Jika anda penganut ekonomi pasar, maka konsekuensinya adalah hilangnya kontrol politik; dalam hal ini, walau bagaimanapun pasar sendirilah yang akan menyelesaikan semuanya. Pasar yang tidak terkontrol akan menyebabkan perkembangan negatif sehingga semua orang di dunia harus membayarnya dengan kehilangan yang sangat besar, termasuk kehilangan mata pencaharian.

Globlisasi tidak hanya membuka peluang yang lebih besar pada proses produksi tetapi juga mengakibatkan berbagai bentuk resiko. Dan resiko yang sangat fatal adalah ketika globalisasi hanya diadaptasikan secara sederhana sebagai sebuah proses ekonomi tanpa menuntut keterlibatan pemerintah baik tingkat nasional maupun internasional. Hal ini akan menimbulkan bahaya dengan adanya ekonomisasi politik. Harus ada keseimbangan antara pemikiran politik dengan tindakan ekonomi, dan pemikiran ekonomi dengan tindakan politik.

    "Apakah kita akan bergerak menuju masyarakat dimana segala hal didikte oleh pasar? Apakah kita akan menciptakan suatu masyarakat yang sebagian anggotanya memiliki pekerjaan sedangkan sebagian lainnya pengangguran, atau justru memberikan pekerjaan namun tanpa upah?"

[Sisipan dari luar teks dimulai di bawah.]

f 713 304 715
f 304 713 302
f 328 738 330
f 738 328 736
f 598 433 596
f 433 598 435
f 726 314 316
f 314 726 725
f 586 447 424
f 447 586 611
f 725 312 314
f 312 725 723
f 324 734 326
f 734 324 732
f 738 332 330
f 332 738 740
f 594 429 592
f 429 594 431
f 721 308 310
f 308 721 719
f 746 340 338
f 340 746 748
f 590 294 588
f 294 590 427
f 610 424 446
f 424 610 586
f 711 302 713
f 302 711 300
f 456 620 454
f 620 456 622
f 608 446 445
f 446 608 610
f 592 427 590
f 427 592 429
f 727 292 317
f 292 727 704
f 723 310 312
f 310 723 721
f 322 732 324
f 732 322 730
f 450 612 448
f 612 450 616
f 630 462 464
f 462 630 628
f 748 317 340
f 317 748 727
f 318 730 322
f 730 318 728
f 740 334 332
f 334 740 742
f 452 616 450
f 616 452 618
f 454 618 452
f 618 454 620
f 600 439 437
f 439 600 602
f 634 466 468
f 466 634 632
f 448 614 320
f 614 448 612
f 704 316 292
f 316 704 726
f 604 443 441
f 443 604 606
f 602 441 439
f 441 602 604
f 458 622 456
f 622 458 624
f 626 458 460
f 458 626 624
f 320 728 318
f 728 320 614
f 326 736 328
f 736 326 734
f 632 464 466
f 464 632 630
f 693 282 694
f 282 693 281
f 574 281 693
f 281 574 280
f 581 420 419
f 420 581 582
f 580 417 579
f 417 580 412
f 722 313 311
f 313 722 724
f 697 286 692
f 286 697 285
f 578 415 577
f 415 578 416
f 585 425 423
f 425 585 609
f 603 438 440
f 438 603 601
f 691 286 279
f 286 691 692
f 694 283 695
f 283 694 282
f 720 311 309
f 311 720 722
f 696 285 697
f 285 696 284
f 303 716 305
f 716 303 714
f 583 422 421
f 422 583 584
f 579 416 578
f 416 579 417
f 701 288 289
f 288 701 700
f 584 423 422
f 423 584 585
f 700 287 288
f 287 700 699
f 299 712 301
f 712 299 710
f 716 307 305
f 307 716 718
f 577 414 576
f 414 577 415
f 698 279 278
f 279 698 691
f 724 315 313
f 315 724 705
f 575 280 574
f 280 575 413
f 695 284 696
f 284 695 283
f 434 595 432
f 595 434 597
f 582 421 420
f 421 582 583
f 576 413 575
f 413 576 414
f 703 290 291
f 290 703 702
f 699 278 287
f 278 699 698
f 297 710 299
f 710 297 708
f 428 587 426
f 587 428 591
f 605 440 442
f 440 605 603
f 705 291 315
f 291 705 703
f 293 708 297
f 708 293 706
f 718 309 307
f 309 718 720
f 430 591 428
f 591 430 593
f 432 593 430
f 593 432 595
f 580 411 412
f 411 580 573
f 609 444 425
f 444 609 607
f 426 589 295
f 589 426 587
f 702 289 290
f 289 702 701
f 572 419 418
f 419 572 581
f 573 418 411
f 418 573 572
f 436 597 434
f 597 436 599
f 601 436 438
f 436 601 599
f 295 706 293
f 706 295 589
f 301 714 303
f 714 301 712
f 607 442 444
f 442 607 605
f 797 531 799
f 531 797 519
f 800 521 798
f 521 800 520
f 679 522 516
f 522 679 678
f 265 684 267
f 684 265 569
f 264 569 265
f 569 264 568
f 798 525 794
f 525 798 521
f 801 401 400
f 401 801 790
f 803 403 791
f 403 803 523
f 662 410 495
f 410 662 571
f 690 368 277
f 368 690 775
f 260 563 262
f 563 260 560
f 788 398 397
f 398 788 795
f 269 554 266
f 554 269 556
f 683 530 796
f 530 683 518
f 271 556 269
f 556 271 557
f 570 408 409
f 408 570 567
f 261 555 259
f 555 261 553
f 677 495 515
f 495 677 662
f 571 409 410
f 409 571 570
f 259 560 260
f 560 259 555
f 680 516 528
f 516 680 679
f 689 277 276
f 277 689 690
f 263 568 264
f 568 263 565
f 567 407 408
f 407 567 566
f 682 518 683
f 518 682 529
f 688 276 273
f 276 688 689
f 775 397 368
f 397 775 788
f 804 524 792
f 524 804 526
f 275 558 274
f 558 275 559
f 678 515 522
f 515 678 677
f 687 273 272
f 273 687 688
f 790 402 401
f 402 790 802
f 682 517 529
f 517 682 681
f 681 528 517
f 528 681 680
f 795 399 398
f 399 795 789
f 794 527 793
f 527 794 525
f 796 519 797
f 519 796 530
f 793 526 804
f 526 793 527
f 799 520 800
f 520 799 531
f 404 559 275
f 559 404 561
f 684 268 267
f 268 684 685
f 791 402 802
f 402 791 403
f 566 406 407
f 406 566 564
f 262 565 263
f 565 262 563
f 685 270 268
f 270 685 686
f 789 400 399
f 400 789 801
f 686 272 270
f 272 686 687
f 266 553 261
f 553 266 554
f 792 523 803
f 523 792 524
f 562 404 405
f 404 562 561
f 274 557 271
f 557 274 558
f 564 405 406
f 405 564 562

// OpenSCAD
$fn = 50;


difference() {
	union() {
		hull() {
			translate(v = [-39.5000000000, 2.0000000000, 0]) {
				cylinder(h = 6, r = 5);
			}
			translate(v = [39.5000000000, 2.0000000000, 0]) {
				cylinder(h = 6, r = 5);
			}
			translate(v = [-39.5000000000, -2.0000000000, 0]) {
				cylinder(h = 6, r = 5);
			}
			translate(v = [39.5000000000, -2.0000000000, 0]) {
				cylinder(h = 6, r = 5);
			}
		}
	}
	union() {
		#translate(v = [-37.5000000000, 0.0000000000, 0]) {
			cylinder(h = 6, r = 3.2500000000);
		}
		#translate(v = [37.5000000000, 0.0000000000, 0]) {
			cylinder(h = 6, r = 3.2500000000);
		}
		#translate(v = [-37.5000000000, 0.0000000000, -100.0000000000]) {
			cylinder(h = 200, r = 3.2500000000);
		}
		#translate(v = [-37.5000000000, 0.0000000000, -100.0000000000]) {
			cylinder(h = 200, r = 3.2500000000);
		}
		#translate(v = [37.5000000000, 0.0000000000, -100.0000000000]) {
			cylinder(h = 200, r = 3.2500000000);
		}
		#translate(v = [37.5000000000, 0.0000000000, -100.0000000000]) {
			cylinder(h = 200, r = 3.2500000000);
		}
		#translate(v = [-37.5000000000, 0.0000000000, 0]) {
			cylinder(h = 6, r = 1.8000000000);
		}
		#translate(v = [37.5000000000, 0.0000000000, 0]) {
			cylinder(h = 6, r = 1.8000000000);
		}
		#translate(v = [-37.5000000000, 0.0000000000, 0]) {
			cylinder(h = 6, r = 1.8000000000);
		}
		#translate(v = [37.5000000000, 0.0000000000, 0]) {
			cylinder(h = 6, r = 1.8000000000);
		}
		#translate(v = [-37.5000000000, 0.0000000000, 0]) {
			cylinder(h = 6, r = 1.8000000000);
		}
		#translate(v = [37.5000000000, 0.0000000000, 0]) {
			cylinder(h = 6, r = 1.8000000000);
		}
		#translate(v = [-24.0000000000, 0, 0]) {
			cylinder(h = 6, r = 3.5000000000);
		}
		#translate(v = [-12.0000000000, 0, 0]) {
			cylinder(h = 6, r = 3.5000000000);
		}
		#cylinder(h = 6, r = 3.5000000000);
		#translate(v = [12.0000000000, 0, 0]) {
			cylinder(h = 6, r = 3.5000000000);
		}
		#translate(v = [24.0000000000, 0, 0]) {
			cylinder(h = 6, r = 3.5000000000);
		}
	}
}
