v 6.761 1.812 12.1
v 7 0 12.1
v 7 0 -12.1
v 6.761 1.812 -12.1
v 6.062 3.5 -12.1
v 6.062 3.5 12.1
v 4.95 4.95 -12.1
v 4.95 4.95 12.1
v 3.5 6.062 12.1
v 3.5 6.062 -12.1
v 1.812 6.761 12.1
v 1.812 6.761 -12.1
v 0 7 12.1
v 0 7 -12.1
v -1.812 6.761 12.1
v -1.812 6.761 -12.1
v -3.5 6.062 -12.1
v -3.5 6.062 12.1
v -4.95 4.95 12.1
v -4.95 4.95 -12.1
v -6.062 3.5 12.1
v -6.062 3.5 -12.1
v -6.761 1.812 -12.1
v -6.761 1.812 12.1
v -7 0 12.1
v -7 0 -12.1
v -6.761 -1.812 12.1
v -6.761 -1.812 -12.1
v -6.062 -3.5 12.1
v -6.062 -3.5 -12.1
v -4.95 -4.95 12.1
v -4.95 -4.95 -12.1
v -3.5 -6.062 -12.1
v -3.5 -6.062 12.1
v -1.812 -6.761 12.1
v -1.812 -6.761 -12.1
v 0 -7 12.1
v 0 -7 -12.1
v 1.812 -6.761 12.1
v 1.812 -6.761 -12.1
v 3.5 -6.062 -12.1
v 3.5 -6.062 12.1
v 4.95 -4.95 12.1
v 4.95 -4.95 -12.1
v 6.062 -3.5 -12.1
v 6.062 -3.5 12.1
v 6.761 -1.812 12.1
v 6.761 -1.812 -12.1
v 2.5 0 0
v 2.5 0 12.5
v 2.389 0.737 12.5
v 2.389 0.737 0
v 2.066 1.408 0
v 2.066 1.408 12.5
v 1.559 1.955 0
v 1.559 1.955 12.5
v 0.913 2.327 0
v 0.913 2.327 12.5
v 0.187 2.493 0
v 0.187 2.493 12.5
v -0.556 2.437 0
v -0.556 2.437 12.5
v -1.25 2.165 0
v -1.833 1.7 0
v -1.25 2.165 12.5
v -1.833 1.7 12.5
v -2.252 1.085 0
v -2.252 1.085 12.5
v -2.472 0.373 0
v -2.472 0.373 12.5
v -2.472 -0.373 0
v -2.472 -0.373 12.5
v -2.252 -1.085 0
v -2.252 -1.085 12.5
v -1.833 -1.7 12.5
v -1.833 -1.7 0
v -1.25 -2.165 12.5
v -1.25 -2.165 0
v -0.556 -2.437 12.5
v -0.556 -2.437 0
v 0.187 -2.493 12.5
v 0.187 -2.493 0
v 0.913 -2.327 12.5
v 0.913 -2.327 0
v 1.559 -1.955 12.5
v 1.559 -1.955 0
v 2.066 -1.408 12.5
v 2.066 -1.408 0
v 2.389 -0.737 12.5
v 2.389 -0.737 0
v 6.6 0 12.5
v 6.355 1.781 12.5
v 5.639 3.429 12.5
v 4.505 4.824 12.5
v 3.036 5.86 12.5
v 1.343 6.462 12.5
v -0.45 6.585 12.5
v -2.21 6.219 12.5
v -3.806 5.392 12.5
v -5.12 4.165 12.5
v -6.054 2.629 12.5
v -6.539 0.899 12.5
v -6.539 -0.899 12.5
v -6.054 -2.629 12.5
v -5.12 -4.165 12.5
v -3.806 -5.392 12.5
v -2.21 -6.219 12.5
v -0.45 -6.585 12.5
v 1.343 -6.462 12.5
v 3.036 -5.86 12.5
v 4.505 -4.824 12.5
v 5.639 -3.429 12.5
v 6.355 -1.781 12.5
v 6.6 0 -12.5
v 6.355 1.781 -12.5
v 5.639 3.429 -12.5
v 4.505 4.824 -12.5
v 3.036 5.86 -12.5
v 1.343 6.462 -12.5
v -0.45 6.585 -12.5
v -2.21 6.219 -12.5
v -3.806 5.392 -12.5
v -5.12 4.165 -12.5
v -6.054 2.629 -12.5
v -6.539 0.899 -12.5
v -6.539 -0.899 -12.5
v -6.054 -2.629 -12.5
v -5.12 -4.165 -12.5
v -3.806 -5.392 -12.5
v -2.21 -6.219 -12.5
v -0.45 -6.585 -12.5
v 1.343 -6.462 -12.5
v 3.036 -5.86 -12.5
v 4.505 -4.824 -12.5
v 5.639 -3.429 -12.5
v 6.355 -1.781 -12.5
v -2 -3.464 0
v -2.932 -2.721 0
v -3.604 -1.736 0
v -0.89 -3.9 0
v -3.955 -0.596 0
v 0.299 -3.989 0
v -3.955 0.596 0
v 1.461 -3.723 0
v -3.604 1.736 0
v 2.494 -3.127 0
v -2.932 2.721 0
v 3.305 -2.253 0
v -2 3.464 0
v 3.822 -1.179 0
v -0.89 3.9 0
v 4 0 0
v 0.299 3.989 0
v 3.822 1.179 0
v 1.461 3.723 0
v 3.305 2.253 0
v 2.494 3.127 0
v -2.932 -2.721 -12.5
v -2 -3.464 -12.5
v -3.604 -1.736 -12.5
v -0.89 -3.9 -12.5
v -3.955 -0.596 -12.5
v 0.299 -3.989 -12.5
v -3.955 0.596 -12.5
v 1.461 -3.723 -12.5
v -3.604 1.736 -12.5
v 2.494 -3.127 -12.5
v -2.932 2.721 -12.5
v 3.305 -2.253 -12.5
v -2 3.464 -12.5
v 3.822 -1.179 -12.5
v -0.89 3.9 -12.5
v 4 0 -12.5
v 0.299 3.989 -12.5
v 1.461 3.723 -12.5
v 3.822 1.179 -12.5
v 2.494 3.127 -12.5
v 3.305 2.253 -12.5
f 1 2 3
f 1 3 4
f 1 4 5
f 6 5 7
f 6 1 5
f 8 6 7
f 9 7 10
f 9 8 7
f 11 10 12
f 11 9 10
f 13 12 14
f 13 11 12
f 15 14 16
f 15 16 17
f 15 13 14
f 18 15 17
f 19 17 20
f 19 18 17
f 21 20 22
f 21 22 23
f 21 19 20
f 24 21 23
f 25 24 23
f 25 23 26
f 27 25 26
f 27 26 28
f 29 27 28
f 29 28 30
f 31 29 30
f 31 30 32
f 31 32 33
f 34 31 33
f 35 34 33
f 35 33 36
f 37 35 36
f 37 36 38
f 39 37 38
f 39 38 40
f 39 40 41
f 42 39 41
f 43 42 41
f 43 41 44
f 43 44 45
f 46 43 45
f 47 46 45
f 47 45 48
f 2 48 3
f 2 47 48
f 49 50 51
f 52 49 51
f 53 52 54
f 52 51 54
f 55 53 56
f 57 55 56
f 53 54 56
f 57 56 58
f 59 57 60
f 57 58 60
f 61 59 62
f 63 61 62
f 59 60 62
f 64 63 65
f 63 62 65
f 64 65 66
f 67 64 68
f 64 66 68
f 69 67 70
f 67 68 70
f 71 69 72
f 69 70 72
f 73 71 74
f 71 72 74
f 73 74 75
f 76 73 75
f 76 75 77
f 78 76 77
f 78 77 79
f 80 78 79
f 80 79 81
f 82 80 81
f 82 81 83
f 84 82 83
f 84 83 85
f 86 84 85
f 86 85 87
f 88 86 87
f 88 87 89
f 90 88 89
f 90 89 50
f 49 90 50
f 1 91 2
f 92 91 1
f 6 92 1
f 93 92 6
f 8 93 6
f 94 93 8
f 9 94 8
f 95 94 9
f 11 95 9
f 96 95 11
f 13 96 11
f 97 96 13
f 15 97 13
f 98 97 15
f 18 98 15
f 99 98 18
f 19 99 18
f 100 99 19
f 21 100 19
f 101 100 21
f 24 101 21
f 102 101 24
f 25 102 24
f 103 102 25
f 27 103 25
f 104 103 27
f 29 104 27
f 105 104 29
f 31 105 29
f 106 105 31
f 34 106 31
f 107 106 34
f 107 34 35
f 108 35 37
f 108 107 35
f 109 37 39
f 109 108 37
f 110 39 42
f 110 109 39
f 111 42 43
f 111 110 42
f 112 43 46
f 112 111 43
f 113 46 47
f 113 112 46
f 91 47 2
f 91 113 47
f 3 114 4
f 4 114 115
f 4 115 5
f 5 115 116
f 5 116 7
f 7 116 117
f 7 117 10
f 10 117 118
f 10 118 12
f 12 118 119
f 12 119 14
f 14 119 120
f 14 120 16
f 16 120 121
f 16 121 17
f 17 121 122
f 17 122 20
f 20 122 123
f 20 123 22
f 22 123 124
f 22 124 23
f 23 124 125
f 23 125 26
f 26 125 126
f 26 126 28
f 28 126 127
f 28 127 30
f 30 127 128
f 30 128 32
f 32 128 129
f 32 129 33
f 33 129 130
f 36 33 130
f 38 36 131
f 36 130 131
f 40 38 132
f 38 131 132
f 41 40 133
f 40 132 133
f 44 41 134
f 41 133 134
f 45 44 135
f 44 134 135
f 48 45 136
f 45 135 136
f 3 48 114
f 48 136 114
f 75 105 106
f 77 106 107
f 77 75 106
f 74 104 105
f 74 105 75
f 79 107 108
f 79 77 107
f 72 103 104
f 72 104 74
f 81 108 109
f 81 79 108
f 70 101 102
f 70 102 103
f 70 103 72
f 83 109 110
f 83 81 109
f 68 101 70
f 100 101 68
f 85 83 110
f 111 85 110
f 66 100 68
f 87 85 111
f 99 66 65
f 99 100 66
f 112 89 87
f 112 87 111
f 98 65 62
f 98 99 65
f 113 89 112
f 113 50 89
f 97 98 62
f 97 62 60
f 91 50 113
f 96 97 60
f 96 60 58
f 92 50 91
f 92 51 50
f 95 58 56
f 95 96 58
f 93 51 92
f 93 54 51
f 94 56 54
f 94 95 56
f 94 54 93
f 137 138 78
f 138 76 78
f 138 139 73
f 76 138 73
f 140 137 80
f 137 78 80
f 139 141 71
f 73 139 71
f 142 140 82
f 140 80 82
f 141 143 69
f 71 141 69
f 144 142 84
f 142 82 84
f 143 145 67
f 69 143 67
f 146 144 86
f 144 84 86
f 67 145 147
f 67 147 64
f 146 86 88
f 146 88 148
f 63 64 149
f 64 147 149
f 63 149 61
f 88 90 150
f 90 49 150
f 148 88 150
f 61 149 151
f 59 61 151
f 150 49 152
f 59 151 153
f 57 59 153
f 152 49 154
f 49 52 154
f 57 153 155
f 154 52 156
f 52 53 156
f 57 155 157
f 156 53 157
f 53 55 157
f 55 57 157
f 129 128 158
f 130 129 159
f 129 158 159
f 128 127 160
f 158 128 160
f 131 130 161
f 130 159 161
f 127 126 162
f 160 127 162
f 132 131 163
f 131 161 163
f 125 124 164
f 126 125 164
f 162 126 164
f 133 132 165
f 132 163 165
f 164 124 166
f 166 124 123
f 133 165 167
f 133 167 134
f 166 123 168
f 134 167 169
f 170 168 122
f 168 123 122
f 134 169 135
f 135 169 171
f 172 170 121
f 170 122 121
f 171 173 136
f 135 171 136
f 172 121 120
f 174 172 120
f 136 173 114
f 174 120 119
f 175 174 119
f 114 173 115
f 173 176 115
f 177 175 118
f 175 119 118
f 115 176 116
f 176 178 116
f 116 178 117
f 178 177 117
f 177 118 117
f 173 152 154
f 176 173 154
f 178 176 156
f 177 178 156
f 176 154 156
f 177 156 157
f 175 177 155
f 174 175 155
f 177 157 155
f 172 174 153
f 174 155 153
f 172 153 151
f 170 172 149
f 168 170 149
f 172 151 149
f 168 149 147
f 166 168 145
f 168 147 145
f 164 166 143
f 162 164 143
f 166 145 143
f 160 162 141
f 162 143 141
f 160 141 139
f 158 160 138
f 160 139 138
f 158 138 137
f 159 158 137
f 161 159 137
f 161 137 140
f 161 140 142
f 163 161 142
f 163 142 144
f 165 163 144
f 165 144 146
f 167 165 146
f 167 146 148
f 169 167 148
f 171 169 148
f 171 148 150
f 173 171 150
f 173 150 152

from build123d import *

# Parameters (mm, degrees)
SKETCH1_R           = 7
BOSS_EXTRUDE1_DEPTH = 12.5
SKETCH2_R           = 2.5
CUT_EXTRUDE1_DEPTH  = 27.888659319
SKETCH3_R           = 4
CUT_EXTRUDE2_DEPTH  = 16.945218719
CHAMFER1_SIZE       = 0.4


with BuildPart() as part:
    # Sketch1 → Boss-Extrude1 (new, symmetric)
    with BuildSketch(Plane.XY):
        Circle(SKETCH1_R)
    extrude(amount=BOSS_EXTRUDE1_DEPTH, both=True)

    # Sketch2 → Cut-Extrude1 (cut, through all)
    with BuildSketch(Plane.XY.offset(12.5)):
        Circle(SKETCH2_R)
    extrude(amount=-CUT_EXTRUDE1_DEPTH, mode=Mode.SUBTRACT)

    # Sketch3 → Cut-Extrude2 (cut, through all)
    with BuildSketch(Plane.XY):
        Circle(SKETCH3_R)
    extrude(amount=-CUT_EXTRUDE2_DEPTH, mode=Mode.SUBTRACT)

    # Chamfer1
    chamfer1_edges = [part.edges().sort_by_distance(p)[0] for p in [
        (-7, 0, -12.5),
        (-7, 0, 12.5),
    ]]
    chamfer(chamfer1_edges, length=CHAMFER1_SIZE)


solid = part.part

Globalisasi tidak dapat dicegah, juga tidak dapat dipungkiri. Sejauh apapun kita berusaha mencegah hasilnya akan tetap sama. Bukan indikasi pesimisme yang saya utarakan tetapi sebuah pemikiran rasional akan keadaan saat ini. Yang harus kita lakukan adalah bersiap menghadapi globalisasi dan bersama-sama berusaha memodifikasi sistem ini agar dapat berjalan seadil mungkin bagi semua elemen. Dari pasar bebas kita dapat mengambil keuntungan tanpa ada yang dirugikan (simbiosis mutuslistis) asalkan pilar-pilar dasar perekonomian sudah kokoh tertancap. Kita dapat bersama-sama mengembalikan hakekat dasar perdagangan yaitu untuk memenuhi kebutuhan hidup manusia.